(Stored dataset items)
[Start of section]

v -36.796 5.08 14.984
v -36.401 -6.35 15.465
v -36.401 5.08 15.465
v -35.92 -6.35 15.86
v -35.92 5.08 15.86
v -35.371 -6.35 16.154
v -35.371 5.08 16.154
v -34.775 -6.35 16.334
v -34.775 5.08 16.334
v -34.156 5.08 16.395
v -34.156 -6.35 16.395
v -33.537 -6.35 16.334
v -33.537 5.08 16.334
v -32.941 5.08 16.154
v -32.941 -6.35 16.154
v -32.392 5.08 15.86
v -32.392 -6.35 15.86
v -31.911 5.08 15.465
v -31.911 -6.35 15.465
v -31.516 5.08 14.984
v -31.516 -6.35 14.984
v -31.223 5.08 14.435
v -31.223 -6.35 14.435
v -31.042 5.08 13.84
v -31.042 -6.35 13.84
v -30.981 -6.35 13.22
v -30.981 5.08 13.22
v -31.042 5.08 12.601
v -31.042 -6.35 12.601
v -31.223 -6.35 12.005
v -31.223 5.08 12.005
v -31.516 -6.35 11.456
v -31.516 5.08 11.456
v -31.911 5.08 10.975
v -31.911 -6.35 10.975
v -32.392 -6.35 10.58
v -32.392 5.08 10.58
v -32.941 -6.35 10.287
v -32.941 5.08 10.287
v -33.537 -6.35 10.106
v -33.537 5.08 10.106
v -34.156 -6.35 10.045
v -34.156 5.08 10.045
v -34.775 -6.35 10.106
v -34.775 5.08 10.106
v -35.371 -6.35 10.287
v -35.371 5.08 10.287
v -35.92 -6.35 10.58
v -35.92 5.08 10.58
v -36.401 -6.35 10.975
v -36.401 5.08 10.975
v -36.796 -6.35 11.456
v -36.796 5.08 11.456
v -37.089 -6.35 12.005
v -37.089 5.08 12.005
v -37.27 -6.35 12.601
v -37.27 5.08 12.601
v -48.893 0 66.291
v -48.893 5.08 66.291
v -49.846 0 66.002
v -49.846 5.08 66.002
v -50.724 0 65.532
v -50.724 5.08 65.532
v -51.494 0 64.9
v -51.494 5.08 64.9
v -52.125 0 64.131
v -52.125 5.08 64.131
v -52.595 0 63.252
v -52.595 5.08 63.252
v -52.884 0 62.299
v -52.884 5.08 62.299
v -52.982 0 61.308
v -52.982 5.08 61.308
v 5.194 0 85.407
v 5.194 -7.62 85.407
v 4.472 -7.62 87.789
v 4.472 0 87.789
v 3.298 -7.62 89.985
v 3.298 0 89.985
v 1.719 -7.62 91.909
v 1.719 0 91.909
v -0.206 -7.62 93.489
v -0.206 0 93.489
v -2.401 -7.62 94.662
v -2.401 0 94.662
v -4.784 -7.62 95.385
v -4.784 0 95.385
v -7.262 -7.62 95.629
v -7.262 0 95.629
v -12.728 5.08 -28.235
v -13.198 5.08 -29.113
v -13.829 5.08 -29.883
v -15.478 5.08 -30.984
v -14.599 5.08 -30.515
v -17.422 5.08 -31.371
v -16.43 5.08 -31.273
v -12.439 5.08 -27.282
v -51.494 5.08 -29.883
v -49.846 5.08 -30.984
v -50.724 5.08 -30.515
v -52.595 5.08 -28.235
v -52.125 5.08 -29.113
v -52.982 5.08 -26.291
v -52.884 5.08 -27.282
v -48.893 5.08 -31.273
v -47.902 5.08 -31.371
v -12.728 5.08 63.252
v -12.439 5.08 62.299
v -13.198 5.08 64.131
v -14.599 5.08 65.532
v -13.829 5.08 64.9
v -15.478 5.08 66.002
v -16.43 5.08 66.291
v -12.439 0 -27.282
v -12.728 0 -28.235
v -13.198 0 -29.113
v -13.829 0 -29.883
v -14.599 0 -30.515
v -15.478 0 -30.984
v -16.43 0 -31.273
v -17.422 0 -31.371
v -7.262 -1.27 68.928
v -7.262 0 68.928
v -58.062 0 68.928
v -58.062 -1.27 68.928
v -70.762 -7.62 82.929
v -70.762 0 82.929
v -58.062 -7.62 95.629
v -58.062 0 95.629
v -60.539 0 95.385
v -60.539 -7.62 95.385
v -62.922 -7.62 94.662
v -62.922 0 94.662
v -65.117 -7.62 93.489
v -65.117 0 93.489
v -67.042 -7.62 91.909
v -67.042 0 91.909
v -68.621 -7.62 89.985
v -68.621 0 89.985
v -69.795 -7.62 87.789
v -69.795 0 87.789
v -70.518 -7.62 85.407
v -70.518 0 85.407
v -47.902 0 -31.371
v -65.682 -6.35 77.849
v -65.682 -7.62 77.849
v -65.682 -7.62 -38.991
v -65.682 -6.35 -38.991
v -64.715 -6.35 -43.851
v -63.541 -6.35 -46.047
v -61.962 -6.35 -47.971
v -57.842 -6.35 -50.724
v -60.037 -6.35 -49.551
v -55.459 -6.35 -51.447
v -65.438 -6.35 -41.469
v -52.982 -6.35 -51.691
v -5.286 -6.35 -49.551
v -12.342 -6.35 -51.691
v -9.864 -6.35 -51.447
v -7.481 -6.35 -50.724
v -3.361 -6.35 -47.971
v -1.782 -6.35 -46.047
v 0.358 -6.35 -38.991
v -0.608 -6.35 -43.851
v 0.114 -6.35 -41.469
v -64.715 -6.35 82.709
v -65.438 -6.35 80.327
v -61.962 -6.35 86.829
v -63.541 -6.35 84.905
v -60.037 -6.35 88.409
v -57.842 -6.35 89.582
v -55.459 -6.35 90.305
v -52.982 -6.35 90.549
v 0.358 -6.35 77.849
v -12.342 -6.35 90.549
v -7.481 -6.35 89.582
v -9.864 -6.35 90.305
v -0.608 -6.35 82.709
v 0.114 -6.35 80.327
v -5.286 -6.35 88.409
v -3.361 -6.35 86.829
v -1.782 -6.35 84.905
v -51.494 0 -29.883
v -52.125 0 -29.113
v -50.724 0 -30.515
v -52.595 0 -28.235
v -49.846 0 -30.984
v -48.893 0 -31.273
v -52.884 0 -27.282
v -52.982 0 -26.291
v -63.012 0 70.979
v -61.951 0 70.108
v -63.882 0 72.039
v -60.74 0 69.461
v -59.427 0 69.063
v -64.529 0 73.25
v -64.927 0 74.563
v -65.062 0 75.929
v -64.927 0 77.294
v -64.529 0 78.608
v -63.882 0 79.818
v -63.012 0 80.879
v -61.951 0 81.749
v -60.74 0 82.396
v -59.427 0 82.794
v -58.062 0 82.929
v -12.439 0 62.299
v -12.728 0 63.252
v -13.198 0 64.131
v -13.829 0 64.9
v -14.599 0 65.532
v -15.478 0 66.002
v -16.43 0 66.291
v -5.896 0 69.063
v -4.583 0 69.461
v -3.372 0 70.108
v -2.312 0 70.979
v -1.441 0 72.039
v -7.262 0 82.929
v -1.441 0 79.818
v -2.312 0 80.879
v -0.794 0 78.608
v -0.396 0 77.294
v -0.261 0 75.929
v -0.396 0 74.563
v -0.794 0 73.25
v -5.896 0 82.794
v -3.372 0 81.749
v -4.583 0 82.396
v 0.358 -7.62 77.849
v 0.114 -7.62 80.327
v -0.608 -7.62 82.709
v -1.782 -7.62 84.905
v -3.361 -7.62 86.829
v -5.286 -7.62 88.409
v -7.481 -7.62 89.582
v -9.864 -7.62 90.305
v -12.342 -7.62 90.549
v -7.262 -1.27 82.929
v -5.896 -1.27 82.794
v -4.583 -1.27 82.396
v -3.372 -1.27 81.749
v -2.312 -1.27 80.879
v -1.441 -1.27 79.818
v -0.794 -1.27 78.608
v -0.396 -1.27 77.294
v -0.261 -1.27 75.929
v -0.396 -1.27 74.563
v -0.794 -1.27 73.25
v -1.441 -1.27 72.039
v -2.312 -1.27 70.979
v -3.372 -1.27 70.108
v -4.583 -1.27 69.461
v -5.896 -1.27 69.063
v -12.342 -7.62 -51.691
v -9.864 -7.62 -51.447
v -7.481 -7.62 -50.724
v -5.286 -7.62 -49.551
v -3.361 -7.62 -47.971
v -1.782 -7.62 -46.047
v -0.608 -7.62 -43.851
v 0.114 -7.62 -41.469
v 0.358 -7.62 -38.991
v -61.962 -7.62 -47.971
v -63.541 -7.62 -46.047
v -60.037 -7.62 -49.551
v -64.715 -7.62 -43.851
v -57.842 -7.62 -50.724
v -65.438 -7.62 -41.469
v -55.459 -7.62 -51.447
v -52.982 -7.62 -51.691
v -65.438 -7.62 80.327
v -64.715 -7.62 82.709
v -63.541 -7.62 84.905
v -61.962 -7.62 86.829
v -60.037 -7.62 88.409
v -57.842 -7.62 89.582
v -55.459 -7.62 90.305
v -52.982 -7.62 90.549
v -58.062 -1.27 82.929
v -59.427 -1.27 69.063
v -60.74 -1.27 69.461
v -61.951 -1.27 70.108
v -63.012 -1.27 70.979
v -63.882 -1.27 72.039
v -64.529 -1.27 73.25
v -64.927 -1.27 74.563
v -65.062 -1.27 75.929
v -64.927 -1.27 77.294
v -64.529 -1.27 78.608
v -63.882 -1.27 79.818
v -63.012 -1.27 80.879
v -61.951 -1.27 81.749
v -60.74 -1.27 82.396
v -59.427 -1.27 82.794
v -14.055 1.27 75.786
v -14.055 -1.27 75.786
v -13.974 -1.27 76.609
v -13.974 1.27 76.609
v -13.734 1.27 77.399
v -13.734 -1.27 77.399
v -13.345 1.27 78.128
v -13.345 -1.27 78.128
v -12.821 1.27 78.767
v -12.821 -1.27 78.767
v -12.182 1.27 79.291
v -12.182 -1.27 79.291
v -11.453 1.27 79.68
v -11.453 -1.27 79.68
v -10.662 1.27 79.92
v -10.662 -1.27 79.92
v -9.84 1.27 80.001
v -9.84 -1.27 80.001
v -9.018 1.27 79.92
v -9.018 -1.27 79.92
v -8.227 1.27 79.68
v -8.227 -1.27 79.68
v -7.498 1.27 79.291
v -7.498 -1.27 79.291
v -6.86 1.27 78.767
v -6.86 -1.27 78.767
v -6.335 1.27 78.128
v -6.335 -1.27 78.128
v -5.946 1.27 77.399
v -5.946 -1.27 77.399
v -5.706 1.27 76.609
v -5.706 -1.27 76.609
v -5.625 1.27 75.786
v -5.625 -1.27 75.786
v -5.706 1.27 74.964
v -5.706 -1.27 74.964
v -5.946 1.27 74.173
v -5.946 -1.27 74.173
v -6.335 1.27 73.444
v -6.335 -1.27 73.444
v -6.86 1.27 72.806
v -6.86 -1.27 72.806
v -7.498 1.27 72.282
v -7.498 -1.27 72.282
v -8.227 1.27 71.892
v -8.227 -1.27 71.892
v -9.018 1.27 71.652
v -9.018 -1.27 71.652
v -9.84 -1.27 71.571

[End of section]

§ **Task to carry out**: Once you reach the line with "v 4.472 0 87.789" in the data above, copy it and every line after it exactly, up to and including the line with "v -68.621 0 89.985".

§ **Response for this exercise**:
v 4.472 0 87.789
v 3.298 -7.62 89.985
v 3.298 0 89.985
v 1.719 -7.62 91.909
v 1.719 0 91.909
v -0.206 -7.62 93.489
v -0.206 0 93.489
v -2.401 -7.62 94.662
v -2.401 0 94.662
v -4.784 -7.62 95.385
v -4.784 0 95.385
v -7.262 -7.62 95.629
v -7.262 0 95.629
v -12.728 5.08 -28.235
v -13.198 5.08 -29.113
v -13.829 5.08 -29.883
v -15.478 5.08 -30.984
v -14.599 5.08 -30.515
v -17.422 5.08 -31.371
v -16.43 5.08 -31.273
v -12.439 5.08 -27.282
v -51.494 5.08 -29.883
v -49.846 5.08 -30.984
v -50.724 5.08 -30.515
v -52.595 5.08 -28.235
v -52.125 5.08 -29.113
v -52.982 5.08 -26.291
v -52.884 5.08 -27.282
v -48.893 5.08 -31.273
v -47.902 5.08 -31.371
v -12.728 5.08 63.252
v -12.439 5.08 62.299
v -13.198 5.08 64.131
v -14.599 5.08 65.532
v -13.829 5.08 64.9
v -15.478 5.08 66.002
v -16.43 5.08 66.291
v -12.439 0 -27.282
v -12.728 0 -28.235
v -13.198 0 -29.113
v -13.829 0 -29.883
v -14.599 0 -30.515
v -15.478 0 -30.984
v -16.43 0 -31.273
v -17.422 0 -31.371
v -7.262 -1.27 68.928
v -7.262 0 68.928
v -58.062 0 68.928
v -58.062 -1.27 68.928
v -70.762 -7.62 82.929
v -70.762 0 82.929
v -58.062 -7.62 95.629
v -58.062 0 95.629
v -60.539 0 95.385
v -60.539 -7.62 95.385
v -62.922 -7.62 94.662
v -62.922 0 94.662
v -65.117 -7.62 93.489
v -65.117 0 93.489
v -67.042 -7.62 91.909
v -67.042 0 91.909
v -68.621 -7.62 89.985
v -68.621 0 89.985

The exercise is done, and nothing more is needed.